RECORDS PROVIDED.

_____

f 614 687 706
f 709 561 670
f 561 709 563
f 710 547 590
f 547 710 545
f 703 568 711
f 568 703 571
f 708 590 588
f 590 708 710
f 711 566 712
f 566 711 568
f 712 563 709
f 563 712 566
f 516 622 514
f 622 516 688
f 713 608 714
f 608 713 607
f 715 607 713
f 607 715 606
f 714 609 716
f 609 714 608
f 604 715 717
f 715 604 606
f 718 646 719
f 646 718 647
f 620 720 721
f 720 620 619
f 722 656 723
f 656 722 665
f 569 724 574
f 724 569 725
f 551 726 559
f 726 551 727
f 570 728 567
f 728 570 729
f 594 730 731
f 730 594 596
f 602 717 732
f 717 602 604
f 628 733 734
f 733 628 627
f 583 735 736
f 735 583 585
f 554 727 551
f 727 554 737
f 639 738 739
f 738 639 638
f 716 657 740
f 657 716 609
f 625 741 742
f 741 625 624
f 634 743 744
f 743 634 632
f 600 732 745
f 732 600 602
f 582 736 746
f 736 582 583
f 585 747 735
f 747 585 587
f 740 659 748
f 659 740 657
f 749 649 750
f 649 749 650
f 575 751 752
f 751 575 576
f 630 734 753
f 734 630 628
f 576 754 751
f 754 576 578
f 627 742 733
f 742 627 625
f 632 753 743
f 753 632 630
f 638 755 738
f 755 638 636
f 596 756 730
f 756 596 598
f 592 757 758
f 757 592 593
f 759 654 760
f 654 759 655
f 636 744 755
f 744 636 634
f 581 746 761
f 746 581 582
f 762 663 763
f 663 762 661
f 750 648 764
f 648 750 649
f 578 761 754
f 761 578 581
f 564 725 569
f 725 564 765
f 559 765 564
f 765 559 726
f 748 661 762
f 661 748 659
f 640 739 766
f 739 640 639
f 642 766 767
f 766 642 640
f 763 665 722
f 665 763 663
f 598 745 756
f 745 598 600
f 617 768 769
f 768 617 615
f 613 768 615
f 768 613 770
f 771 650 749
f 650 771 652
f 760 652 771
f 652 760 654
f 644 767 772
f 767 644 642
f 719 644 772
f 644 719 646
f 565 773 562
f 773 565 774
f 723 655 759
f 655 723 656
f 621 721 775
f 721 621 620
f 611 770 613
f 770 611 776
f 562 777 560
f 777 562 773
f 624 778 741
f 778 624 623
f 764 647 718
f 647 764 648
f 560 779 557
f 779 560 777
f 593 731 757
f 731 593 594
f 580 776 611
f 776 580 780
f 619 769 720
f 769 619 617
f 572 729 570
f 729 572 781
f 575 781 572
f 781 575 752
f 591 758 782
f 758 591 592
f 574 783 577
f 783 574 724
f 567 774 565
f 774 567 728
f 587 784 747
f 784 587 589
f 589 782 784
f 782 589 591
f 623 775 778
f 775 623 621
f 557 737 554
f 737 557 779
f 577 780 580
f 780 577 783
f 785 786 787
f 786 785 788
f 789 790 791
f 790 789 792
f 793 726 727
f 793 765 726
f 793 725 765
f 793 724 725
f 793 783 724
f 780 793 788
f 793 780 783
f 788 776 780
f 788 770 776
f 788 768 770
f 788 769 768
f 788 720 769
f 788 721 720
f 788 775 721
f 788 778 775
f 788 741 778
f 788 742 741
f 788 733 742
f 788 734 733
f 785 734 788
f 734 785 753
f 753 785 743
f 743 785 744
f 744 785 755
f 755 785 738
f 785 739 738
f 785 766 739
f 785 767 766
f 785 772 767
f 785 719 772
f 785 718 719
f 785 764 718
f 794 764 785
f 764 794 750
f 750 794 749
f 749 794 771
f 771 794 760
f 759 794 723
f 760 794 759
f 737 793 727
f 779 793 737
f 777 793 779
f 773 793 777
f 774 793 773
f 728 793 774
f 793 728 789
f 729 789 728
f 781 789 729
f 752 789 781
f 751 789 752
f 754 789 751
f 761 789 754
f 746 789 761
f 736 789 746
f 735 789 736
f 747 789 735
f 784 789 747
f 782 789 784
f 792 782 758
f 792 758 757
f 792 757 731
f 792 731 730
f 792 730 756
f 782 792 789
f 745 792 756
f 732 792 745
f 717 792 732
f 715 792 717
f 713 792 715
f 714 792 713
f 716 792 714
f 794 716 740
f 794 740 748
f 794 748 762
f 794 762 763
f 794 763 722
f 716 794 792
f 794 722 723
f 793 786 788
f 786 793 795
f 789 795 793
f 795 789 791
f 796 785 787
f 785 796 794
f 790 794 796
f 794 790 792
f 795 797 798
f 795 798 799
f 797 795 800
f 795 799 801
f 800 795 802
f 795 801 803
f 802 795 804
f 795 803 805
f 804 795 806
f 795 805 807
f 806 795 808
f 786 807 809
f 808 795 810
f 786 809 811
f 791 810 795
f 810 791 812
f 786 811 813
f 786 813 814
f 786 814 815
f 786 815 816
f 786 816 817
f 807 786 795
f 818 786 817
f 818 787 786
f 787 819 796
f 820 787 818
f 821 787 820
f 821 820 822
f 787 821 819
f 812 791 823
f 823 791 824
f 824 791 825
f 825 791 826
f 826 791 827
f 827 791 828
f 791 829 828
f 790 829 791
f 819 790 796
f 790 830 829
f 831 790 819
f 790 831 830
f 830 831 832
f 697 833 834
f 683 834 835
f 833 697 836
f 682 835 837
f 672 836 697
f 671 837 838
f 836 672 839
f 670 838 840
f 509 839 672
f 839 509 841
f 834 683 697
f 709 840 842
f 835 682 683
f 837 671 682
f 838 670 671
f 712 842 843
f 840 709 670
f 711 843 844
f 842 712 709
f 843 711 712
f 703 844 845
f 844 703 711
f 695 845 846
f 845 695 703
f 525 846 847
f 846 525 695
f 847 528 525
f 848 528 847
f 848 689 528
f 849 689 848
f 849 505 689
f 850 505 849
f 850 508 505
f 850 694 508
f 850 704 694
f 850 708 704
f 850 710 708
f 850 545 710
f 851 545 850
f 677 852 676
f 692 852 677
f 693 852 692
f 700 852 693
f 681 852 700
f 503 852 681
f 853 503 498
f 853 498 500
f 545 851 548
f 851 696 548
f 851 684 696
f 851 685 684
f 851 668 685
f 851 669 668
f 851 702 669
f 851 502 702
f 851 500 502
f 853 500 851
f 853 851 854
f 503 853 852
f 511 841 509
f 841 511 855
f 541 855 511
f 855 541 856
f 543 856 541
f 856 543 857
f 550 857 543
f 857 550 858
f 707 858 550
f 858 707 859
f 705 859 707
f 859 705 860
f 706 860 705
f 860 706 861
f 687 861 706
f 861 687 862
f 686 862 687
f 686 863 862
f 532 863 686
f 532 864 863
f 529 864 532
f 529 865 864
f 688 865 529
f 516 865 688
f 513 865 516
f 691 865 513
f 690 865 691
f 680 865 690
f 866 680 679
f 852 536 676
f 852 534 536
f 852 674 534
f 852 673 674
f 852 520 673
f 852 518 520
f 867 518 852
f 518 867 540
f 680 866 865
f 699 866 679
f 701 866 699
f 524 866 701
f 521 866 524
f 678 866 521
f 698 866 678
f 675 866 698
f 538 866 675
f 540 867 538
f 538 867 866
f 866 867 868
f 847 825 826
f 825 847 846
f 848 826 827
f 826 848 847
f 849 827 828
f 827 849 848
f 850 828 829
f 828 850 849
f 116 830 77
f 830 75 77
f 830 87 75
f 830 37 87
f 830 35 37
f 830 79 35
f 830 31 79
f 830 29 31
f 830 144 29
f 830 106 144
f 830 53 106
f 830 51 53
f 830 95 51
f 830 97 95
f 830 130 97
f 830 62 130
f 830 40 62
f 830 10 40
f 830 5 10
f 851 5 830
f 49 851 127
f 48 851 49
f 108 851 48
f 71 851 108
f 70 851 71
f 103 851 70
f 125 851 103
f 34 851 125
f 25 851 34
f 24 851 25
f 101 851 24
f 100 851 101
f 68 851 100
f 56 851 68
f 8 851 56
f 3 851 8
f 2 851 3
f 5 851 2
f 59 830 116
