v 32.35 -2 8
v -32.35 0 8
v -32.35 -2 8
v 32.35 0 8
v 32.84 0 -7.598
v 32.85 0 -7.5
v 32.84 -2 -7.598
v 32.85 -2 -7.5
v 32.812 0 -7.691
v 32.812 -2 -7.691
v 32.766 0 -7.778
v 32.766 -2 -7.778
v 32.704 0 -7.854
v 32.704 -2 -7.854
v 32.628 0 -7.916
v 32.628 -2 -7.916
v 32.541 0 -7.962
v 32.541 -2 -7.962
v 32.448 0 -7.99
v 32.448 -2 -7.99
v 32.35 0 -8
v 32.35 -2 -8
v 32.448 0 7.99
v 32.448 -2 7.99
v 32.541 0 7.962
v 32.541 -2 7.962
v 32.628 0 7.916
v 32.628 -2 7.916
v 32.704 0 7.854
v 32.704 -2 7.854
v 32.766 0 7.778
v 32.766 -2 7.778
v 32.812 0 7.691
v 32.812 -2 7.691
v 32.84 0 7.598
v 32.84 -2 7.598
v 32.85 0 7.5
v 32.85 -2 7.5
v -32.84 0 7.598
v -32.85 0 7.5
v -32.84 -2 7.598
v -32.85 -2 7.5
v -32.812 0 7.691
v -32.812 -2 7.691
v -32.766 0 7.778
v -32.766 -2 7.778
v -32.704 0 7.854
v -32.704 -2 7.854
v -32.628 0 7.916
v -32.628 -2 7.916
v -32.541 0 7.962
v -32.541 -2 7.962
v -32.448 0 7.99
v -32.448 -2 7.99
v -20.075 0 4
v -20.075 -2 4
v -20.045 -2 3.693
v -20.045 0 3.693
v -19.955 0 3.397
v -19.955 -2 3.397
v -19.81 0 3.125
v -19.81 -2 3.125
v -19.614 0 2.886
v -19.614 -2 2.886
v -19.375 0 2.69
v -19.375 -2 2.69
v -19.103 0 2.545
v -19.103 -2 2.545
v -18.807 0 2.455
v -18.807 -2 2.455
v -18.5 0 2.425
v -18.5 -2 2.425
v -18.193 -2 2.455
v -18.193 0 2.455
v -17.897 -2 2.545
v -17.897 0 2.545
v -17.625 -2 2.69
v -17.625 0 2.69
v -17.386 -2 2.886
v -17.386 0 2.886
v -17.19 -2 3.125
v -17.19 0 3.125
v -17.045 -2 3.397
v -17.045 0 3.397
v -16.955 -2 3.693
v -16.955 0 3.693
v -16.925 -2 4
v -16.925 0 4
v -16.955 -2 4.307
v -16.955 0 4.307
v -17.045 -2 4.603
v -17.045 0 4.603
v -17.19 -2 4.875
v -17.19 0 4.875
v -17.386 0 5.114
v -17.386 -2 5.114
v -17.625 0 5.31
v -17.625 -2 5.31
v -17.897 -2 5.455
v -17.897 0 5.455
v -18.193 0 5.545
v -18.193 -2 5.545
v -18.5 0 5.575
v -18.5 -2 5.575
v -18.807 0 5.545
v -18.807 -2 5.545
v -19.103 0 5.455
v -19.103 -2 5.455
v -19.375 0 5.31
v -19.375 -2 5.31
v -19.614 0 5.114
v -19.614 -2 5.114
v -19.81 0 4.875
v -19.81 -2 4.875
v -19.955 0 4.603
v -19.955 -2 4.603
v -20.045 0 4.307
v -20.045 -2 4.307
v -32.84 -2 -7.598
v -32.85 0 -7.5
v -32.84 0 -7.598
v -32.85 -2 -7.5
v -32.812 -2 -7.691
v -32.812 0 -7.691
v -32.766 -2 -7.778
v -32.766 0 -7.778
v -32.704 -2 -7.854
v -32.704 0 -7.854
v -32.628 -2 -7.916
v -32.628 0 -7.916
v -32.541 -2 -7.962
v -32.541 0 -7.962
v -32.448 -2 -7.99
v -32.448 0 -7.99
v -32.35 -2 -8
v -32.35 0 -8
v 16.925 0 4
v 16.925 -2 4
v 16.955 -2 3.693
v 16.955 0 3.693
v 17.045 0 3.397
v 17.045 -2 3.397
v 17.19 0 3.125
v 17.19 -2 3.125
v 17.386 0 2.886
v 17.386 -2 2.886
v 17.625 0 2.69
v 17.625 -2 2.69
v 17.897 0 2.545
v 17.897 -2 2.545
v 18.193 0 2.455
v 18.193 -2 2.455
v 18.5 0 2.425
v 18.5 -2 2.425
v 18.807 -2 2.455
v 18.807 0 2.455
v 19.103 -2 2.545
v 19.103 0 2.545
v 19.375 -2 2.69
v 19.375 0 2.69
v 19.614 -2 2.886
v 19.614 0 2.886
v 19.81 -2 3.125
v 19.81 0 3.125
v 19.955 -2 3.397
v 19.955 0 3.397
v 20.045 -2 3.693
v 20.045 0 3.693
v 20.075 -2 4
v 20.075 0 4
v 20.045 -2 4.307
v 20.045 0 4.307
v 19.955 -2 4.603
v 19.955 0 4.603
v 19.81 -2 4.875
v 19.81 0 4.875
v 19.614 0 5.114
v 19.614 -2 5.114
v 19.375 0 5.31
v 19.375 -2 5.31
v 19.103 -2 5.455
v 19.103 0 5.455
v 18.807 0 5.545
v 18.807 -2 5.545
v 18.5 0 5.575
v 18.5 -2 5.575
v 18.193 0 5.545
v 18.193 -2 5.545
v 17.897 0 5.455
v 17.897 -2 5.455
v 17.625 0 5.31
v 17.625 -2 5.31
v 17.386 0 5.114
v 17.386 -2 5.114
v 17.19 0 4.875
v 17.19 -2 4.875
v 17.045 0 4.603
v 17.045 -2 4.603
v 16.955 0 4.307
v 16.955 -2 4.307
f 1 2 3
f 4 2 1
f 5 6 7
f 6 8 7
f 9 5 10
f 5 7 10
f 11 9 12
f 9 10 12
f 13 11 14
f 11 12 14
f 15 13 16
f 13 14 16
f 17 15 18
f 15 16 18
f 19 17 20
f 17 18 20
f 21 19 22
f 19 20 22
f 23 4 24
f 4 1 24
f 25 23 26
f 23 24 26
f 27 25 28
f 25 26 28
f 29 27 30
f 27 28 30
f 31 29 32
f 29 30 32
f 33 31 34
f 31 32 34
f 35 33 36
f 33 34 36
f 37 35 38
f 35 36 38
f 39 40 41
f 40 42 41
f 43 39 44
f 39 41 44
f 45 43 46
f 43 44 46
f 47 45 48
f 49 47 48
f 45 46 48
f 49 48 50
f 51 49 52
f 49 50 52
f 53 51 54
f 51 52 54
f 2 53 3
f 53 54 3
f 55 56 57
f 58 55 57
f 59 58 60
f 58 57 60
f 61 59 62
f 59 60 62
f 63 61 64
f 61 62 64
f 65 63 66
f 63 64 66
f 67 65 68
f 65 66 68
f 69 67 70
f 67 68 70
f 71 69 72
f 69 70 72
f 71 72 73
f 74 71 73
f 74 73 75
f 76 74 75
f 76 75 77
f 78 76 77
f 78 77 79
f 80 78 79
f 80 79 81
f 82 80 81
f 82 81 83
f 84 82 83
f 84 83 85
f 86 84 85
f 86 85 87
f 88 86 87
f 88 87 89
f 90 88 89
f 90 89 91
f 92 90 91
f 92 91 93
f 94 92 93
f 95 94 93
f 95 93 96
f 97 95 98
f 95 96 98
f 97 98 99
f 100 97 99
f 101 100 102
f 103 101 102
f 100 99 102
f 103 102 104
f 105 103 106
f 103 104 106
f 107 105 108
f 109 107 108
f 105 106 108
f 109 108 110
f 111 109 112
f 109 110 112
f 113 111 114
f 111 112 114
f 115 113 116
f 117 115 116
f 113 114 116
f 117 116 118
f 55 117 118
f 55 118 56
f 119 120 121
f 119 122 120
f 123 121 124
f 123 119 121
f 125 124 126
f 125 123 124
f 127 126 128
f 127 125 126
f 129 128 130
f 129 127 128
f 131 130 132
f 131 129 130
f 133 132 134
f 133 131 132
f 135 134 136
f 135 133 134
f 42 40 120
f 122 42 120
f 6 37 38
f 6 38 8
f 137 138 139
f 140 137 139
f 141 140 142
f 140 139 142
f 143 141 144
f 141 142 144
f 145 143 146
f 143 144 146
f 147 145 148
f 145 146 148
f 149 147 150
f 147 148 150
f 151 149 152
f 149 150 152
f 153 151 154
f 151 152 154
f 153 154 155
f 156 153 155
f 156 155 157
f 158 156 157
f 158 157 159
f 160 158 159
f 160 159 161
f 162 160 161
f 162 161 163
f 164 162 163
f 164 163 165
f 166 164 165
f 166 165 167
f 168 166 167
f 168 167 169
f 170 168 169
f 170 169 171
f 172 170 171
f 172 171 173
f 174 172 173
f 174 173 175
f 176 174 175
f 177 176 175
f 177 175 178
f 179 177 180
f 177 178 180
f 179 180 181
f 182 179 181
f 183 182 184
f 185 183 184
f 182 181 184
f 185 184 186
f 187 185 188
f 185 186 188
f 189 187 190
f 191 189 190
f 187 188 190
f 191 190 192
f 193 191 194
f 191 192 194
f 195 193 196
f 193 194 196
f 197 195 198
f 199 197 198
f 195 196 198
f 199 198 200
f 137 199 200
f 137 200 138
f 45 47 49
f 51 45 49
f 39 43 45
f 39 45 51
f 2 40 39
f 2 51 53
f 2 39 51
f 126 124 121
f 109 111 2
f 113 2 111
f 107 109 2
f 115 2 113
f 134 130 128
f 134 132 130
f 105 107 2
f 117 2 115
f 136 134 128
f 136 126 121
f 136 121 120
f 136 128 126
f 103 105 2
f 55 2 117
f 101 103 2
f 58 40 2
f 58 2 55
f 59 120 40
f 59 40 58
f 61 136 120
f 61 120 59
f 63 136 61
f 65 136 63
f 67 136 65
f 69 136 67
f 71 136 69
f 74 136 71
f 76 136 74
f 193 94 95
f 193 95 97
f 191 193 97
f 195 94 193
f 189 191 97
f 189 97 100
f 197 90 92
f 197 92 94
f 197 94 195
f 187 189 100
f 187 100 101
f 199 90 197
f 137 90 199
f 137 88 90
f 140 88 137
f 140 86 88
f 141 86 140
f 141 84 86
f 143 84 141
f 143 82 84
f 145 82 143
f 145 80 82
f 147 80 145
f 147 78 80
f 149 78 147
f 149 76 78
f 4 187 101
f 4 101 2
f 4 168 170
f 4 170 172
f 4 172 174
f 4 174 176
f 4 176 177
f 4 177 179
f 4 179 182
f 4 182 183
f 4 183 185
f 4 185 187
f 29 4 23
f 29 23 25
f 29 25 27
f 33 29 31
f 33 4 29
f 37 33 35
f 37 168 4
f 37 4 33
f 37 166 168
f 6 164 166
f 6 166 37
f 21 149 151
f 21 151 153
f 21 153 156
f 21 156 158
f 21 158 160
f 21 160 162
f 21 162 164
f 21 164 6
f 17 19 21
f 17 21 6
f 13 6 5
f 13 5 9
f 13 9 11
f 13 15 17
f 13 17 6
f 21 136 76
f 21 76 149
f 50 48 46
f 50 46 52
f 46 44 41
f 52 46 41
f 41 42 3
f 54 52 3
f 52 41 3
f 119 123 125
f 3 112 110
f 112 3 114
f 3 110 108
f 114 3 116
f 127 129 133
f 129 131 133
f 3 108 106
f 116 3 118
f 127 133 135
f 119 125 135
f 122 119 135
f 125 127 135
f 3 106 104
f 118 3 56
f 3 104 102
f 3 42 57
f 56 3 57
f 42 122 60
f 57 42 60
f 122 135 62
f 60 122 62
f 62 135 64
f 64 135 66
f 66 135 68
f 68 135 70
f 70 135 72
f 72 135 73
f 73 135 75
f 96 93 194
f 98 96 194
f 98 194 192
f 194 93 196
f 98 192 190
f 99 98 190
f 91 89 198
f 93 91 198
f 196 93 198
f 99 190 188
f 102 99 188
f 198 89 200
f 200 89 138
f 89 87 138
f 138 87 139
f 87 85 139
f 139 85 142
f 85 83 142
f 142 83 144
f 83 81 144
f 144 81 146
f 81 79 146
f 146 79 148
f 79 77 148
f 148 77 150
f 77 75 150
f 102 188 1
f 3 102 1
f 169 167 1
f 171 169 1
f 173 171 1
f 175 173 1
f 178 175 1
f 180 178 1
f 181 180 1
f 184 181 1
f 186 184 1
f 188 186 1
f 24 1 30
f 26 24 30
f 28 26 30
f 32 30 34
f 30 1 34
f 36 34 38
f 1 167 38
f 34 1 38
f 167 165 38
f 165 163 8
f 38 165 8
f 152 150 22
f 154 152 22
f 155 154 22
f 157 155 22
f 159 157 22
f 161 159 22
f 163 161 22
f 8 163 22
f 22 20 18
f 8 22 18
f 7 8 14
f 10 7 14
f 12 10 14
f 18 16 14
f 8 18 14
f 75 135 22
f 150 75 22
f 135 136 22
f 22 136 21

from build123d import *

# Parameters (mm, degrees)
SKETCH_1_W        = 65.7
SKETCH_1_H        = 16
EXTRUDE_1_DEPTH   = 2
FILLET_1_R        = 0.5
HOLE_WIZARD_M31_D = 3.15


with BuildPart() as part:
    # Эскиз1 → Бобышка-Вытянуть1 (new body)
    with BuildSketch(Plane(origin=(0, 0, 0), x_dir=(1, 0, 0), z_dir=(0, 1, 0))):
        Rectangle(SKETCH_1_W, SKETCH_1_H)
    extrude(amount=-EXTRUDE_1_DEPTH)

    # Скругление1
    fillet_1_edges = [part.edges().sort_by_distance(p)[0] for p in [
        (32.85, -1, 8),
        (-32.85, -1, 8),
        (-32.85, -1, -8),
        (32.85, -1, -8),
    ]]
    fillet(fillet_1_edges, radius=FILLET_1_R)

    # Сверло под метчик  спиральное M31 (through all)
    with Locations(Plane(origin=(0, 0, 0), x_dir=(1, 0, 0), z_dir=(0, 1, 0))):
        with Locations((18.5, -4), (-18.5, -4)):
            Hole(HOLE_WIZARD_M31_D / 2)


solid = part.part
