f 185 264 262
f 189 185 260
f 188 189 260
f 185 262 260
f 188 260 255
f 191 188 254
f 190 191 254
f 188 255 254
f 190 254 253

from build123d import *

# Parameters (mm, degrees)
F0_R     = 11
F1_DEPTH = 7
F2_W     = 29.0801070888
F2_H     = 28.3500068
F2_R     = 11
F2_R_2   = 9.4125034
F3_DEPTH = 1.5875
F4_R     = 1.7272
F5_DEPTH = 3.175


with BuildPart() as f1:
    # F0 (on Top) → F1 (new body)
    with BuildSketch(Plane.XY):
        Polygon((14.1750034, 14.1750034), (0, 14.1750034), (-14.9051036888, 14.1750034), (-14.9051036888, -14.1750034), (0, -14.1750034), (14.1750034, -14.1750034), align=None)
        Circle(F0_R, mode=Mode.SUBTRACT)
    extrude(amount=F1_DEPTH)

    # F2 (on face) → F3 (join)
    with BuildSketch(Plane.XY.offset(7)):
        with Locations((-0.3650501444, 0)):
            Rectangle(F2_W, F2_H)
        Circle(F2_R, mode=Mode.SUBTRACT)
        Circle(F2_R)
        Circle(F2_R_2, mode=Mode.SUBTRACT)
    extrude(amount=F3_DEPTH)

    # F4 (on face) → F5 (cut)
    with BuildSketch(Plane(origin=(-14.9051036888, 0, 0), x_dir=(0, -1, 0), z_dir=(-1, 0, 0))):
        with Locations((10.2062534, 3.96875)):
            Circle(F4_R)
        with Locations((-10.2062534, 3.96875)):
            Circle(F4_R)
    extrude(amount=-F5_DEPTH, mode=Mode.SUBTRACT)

_____

Quote, with nothing altered, all lines from the start of the entries to the line that carries "f 604 715 717", inclusive.

RESPONSE AREA.
f 614 687 706
f 709 561 670
f 561 709 563
f 710 547 590
f 547 710 545
f 703 568 711
f 568 703 571
f 708 590 588
f 590 708 710
f 711 566 712
f 566 711 568
f 712 563 709
f 563 712 566
f 516 622 514
f 622 516 688
f 713 608 714
f 608 713 607
f 715 607 713
f 607 715 606
f 714 609 716
f 609 714 608
f 604 715 717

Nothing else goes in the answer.